The guidelines to which he refers are the Web Content Accessibility Guidelines (WCAG), drawn up by the World Wide Web Consortium's Web Accessibility Initiative. WCAG 1.0, published in 1999, defined accessibility in terms of Levels A, AA and AAA. It remains the benchmark for website accessibility. But the DRC saw a need for something else, something that boardrooms could understand.

Burton approached BSI, which recommended a Publicly Available Specification. A PAS is not a full British Standard but it is developed using a similar process. It can be introduced more quickly because it doesn't require full consensus among experts. The end result is guidance, not a standard, and it is subject to review in less than two years. But a PAS can become a standard over time, depending on how it is accepted.

The authors

Julie Howell, the Royal National Institute of the Blind's Digital Policy Development Manager, was commissioned by the BSI as the Technical Writer for the PAS Project. Howell wrote the first draft and submitted that to a Steering Group – with representatives from the DRC, AbilityNet, the BBC, the Cabinet Office, IBM, Tesco.com, University College London and the Usability Professionals’ Association. In addition, more than 120 representatives from across the new media, digital and related industries were invited to join a Review Panel to comment on the draft. More than 900 comments were received, running to 188 pages.

Howell, who has been with the RNIB for 12 years, said she became involved with PAS 78 because it presented an opportunity to improve the lives of disabled people. "Commissioners have to step up to their duty," she said.

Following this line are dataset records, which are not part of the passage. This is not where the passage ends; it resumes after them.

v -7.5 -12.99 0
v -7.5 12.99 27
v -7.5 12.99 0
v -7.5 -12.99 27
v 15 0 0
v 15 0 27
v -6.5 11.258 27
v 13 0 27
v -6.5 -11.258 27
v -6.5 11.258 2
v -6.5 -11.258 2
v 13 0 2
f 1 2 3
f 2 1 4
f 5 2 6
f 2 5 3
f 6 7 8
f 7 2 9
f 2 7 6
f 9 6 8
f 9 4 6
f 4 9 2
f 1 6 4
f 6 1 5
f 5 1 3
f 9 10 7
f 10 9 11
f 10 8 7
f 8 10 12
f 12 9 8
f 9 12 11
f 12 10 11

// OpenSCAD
difference(){
cylinder(h=27,r1=15,r2=15,$fn=3);
    translate([0,0,2])
    cylinder(h=25.5,r1=13,r2=13,$fn=3);
}
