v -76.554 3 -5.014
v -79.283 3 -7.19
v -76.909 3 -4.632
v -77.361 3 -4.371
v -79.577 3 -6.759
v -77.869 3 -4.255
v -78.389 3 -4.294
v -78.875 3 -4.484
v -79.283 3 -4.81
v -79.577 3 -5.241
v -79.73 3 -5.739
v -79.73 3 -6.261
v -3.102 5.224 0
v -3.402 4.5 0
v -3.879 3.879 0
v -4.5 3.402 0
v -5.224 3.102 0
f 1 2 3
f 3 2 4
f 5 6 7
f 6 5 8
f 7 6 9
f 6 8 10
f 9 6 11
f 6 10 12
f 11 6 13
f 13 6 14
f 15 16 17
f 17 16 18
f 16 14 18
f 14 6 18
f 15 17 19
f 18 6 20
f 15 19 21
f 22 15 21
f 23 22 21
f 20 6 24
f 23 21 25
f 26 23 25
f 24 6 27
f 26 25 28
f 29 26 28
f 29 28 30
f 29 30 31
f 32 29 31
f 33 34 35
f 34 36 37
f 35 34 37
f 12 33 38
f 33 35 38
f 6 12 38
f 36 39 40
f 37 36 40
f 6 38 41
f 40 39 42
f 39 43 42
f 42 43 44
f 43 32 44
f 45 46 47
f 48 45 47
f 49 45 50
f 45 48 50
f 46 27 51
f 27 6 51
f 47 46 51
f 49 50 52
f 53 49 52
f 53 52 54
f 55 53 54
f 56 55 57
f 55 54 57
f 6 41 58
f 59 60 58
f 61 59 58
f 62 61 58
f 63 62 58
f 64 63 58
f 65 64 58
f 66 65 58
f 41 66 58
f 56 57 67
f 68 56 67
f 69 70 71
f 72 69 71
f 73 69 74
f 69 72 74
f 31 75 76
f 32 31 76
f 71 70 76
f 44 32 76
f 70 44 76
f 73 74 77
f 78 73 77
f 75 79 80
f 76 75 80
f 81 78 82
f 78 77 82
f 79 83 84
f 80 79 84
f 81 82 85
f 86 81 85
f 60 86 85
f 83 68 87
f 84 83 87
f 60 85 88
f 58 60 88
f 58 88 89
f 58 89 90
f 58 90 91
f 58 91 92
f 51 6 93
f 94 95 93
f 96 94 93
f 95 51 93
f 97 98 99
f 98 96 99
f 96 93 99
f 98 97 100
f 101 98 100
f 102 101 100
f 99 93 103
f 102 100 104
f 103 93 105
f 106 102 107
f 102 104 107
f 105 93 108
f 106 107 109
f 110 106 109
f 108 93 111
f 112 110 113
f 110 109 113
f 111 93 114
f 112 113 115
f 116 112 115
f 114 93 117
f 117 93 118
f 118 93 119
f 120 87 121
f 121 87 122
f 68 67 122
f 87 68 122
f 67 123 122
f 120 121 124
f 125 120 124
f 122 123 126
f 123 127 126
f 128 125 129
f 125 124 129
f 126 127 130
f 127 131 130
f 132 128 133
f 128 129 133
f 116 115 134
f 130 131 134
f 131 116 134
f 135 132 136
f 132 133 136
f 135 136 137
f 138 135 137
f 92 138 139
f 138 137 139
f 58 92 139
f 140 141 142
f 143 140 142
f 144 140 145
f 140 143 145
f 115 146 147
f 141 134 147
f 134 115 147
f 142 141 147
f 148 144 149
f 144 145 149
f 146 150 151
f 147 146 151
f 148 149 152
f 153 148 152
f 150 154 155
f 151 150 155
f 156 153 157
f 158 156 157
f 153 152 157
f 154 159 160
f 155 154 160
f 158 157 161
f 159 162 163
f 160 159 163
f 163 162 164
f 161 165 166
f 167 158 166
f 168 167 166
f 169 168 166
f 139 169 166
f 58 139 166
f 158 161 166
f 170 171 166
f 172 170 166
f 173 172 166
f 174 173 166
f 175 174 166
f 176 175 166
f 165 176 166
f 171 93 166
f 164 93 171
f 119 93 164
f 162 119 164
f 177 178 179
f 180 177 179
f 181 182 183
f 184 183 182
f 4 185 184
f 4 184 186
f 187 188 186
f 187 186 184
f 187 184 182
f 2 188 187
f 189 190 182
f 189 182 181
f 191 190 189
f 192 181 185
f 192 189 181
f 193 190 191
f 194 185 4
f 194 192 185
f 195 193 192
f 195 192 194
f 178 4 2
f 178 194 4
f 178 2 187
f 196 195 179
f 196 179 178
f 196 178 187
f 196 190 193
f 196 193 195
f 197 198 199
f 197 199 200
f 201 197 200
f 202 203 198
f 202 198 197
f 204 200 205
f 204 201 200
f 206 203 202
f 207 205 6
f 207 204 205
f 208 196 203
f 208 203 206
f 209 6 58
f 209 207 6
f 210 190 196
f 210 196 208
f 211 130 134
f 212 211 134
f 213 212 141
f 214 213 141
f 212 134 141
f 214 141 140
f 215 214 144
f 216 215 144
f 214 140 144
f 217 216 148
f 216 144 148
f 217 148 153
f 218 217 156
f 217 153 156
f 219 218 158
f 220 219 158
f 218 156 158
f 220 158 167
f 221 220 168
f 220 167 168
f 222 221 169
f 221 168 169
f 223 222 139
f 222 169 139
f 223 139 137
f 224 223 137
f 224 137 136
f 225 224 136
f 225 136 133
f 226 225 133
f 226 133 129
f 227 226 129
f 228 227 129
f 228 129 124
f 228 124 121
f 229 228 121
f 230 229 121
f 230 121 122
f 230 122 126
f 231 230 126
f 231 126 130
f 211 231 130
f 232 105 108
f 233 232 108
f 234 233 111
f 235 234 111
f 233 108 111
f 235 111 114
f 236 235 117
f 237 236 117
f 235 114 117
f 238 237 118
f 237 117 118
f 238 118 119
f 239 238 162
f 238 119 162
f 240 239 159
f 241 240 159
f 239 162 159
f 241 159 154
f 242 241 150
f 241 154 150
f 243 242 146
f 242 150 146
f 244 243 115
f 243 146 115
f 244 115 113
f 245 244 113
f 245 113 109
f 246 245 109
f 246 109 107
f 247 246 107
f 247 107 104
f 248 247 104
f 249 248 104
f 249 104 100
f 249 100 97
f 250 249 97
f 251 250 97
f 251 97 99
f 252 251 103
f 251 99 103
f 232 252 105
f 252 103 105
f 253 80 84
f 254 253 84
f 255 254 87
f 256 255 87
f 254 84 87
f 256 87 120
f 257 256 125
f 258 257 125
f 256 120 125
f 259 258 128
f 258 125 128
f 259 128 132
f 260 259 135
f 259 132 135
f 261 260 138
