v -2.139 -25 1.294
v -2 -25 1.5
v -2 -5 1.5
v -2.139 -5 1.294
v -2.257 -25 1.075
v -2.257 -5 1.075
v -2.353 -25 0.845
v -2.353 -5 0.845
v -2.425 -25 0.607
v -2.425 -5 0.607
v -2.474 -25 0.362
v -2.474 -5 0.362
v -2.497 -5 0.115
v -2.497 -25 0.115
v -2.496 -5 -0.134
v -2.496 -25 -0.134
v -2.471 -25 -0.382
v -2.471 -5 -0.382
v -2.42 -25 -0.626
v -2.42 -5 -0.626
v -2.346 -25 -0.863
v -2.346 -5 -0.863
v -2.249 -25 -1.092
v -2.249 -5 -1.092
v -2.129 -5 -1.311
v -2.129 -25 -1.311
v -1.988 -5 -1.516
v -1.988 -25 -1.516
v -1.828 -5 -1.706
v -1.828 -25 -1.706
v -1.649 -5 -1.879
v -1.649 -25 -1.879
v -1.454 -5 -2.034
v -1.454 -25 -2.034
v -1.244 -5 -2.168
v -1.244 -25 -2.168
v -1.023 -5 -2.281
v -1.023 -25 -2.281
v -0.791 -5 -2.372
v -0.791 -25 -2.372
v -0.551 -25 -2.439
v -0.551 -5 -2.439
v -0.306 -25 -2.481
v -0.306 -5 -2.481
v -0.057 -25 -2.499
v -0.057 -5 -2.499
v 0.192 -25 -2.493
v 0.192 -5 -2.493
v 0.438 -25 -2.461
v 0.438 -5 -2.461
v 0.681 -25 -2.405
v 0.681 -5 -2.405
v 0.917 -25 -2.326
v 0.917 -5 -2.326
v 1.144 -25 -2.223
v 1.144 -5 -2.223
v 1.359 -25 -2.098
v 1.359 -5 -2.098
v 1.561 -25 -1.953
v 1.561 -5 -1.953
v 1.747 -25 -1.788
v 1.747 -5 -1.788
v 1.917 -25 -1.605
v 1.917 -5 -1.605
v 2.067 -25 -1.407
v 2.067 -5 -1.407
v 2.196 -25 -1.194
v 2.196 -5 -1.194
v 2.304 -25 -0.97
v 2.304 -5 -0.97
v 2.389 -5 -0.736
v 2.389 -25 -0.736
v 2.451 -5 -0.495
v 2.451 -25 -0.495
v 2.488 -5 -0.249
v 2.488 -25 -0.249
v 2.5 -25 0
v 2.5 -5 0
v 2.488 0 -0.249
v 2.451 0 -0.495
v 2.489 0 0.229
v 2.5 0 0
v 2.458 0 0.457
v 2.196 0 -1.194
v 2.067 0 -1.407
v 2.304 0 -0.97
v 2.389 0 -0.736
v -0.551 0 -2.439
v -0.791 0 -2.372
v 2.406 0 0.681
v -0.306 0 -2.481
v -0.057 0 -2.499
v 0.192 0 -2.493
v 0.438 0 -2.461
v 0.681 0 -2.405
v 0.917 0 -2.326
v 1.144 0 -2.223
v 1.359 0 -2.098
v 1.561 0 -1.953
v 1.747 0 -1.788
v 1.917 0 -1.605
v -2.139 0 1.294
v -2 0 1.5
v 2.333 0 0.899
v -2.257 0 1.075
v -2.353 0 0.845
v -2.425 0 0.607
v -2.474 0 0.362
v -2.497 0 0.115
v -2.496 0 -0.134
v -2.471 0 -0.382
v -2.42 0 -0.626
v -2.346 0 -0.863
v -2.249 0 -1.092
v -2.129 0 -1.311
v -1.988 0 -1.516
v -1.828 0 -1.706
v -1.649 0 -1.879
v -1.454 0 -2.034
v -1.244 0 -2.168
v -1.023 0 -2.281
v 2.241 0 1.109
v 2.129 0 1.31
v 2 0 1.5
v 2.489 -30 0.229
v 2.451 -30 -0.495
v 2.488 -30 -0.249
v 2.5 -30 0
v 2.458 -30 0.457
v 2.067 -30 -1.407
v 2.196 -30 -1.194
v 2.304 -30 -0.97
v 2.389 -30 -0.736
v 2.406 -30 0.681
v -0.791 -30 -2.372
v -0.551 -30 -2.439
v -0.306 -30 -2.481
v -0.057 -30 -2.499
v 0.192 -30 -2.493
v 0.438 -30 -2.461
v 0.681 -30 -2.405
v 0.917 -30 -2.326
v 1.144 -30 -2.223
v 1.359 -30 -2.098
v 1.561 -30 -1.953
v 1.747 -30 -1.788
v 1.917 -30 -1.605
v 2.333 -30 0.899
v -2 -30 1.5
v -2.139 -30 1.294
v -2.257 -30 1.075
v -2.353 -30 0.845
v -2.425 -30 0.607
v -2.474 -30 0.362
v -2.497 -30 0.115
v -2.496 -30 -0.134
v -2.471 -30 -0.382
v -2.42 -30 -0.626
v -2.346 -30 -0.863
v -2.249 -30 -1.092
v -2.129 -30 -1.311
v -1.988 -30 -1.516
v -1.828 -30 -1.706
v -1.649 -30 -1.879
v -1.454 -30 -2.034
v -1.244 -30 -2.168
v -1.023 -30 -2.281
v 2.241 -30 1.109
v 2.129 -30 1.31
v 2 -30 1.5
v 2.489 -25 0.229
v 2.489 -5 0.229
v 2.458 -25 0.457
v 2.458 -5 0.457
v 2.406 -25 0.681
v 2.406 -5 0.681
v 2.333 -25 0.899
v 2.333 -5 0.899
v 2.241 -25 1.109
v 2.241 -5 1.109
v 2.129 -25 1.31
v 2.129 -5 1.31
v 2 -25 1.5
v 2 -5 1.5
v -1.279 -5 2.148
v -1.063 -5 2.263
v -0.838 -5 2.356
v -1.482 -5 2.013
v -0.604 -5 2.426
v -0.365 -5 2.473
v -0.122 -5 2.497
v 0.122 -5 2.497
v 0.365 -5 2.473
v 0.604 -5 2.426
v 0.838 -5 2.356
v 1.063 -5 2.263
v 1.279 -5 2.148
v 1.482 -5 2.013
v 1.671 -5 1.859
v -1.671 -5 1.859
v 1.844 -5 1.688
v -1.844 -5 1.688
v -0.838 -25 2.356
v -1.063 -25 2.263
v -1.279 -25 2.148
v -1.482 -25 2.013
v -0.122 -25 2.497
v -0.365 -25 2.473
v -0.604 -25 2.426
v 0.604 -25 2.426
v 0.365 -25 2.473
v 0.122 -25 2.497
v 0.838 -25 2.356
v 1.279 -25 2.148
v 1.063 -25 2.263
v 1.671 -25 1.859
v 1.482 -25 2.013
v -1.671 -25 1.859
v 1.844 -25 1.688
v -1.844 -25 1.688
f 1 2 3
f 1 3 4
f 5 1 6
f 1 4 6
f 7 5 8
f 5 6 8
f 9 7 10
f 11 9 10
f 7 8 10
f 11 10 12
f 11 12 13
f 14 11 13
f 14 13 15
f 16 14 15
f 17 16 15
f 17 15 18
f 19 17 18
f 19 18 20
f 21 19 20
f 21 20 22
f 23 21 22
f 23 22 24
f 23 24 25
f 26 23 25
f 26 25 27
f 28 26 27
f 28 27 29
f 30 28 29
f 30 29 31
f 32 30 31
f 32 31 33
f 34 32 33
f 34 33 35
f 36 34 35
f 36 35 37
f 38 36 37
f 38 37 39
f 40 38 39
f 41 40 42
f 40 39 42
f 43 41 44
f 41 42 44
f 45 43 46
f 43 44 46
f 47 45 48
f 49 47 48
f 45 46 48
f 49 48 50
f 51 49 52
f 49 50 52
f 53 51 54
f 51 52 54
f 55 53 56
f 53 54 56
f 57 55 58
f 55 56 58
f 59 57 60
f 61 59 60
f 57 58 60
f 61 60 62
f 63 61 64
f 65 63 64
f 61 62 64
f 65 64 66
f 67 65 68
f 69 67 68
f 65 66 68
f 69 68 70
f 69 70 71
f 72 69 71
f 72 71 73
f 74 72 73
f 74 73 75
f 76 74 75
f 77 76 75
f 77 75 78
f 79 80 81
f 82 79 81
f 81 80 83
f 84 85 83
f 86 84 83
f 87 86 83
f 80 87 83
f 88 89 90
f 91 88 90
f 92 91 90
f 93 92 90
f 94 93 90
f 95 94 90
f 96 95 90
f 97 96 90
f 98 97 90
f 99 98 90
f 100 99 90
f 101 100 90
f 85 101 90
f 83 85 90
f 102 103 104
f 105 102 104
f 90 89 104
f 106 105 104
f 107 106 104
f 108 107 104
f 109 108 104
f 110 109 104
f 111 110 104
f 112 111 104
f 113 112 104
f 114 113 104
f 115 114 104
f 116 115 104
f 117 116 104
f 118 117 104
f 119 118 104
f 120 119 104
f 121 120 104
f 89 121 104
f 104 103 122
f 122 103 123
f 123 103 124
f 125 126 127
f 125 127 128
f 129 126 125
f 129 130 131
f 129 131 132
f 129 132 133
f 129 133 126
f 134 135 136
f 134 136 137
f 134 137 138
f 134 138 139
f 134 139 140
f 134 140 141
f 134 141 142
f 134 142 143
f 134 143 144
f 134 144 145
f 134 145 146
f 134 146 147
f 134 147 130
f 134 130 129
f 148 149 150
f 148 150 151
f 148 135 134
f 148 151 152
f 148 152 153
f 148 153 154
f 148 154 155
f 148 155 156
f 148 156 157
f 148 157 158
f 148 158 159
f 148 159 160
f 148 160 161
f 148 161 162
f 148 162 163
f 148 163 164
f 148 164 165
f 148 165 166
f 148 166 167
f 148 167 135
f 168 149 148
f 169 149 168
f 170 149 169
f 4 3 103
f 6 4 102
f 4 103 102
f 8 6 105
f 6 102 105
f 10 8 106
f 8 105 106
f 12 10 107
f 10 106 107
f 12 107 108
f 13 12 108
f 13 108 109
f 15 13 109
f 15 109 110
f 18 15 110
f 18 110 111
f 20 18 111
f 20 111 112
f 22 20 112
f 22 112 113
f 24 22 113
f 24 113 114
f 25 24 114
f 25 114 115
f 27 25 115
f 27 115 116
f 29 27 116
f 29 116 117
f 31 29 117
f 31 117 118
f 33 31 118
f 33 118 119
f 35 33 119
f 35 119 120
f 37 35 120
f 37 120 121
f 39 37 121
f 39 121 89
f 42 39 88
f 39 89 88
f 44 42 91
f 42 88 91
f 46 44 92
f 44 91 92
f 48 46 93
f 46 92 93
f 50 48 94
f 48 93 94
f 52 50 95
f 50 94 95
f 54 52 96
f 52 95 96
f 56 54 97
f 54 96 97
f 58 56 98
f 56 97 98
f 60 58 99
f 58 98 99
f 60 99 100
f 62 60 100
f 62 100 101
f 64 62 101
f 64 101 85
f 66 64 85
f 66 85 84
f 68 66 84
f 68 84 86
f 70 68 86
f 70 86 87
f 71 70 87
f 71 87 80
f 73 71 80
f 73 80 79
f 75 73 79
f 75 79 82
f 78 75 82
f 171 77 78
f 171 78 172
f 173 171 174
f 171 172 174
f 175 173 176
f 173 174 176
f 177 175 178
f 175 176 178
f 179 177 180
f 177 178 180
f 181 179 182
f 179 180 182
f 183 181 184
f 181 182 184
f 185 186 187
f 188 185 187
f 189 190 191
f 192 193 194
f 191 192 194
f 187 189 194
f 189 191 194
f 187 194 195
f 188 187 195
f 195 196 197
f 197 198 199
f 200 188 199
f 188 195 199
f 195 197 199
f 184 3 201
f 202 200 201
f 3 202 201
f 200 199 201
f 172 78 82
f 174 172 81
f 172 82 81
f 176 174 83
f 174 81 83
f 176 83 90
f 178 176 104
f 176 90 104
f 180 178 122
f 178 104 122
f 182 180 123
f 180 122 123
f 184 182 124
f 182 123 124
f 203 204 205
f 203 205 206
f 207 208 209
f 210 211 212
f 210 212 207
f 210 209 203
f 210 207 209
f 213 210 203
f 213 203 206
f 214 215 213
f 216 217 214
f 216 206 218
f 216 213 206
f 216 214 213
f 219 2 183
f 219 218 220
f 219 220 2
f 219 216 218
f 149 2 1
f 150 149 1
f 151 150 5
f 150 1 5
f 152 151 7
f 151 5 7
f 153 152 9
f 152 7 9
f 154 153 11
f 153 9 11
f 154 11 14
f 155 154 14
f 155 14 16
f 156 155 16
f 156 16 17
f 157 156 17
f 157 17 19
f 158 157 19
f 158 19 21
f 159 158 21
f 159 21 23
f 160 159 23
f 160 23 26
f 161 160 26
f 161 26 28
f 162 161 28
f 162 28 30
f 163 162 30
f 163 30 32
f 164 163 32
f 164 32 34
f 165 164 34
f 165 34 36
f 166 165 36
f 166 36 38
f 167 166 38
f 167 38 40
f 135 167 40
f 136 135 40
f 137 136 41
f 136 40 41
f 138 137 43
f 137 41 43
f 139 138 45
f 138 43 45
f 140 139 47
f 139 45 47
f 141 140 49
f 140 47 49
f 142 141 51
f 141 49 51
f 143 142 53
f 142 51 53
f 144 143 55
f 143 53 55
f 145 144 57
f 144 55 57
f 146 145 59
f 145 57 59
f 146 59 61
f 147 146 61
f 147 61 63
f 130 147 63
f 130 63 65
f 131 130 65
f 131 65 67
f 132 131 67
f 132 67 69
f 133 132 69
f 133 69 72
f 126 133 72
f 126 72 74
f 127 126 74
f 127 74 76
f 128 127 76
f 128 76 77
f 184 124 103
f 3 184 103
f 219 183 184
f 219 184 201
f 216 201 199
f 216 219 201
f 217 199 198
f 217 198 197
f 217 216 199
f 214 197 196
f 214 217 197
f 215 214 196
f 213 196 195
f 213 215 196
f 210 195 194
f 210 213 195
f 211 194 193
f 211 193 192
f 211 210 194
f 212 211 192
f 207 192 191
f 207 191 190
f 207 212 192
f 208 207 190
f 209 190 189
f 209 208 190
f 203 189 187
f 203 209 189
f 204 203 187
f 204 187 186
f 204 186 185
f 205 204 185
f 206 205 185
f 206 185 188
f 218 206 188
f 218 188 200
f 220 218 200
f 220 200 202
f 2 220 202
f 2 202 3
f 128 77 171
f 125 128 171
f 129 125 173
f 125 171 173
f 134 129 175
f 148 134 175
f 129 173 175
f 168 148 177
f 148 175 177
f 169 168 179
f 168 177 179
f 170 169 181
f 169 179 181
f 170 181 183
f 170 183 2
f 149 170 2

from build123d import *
from build123d import SkipClean  # not in build123d's __all__

# Parameters (mm, degrees)
F1_DEPTH = 30
F3_START = -5
F2_R     = 2.5
F3_DEPTH = 20


with BuildPart() as f1:
    # F0 (on Front) → F1 (new body)
    with BuildSketch(Plane.XZ):
        with BuildLine():
            ThreePointArc((-2, 1.5), (-0.790569415, -2.3717082451), (2.5, 0))
            ThreePointArc((2.5, 0), (2.3717082451, 0.790569415), (2, 1.5))
            Line((2, 1.5), (-2, 1.5))
        make_face()
    extrude(amount=F1_DEPTH)

    # F2 (on face) → F3 (join)
    with BuildSketch(Plane.XZ.offset(30).offset(F3_START)):
        Circle(F2_R)
    with SkipClean():  # cleaning this boolean's faces spoils the solid; the shape is the same uncleaned
        extrude(amount=-F3_DEPTH)


solid = f1.part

She was keen to stress that PAS 78 is not in conflict with the WAI guidelines which are under the directorship of Judy Brewer. "The WAI was involved from the earliest stage," she said. Addressing an audience of experts in the field yesterday she added, "I hope it contains very little that's new for you."

Accessibility policies

Giles Colborne, president of the UK Chapter of the Usability Professionals' Association, said the most important part of PAS 78, in his view, is its call for an accessibility policy within an organisation. He described the policy as "a roadmap to making and keeping a site accessible."

PAS 78 explains that the policy should set accessibility targets and should be referenced in tender and contract documents. Colborne suggests that it might be anything from one to 10 pages in length. A summary should appear on the website itself.

PAS 78 says the policy should reference the W3C guidelines and the specifications that the website upholds. It should include "a description of the disabled users to be consulted during the development of the website" and an explanation of the core tasks that users should be able to achieve on the site – e.g. buy a book – and the criteria for determining success.

Where an area or element of the website is unlikely to be accessible to people with particular impairments, an explanation should be provided of any repairs to be made and the timescale; how disabled people can find alternative access to the information; or why it is considered reasonable for the area to remain inaccessible.

Full contact details should also be made available as part of the policy. The website summary should also provide contact details for requesting further information about the accessibility policy and provision for users to lodge complaints or suggestions with the website commissioner.

Sites should be usable and accessible on "a reasonable range" of web browsers and operating systems, it says.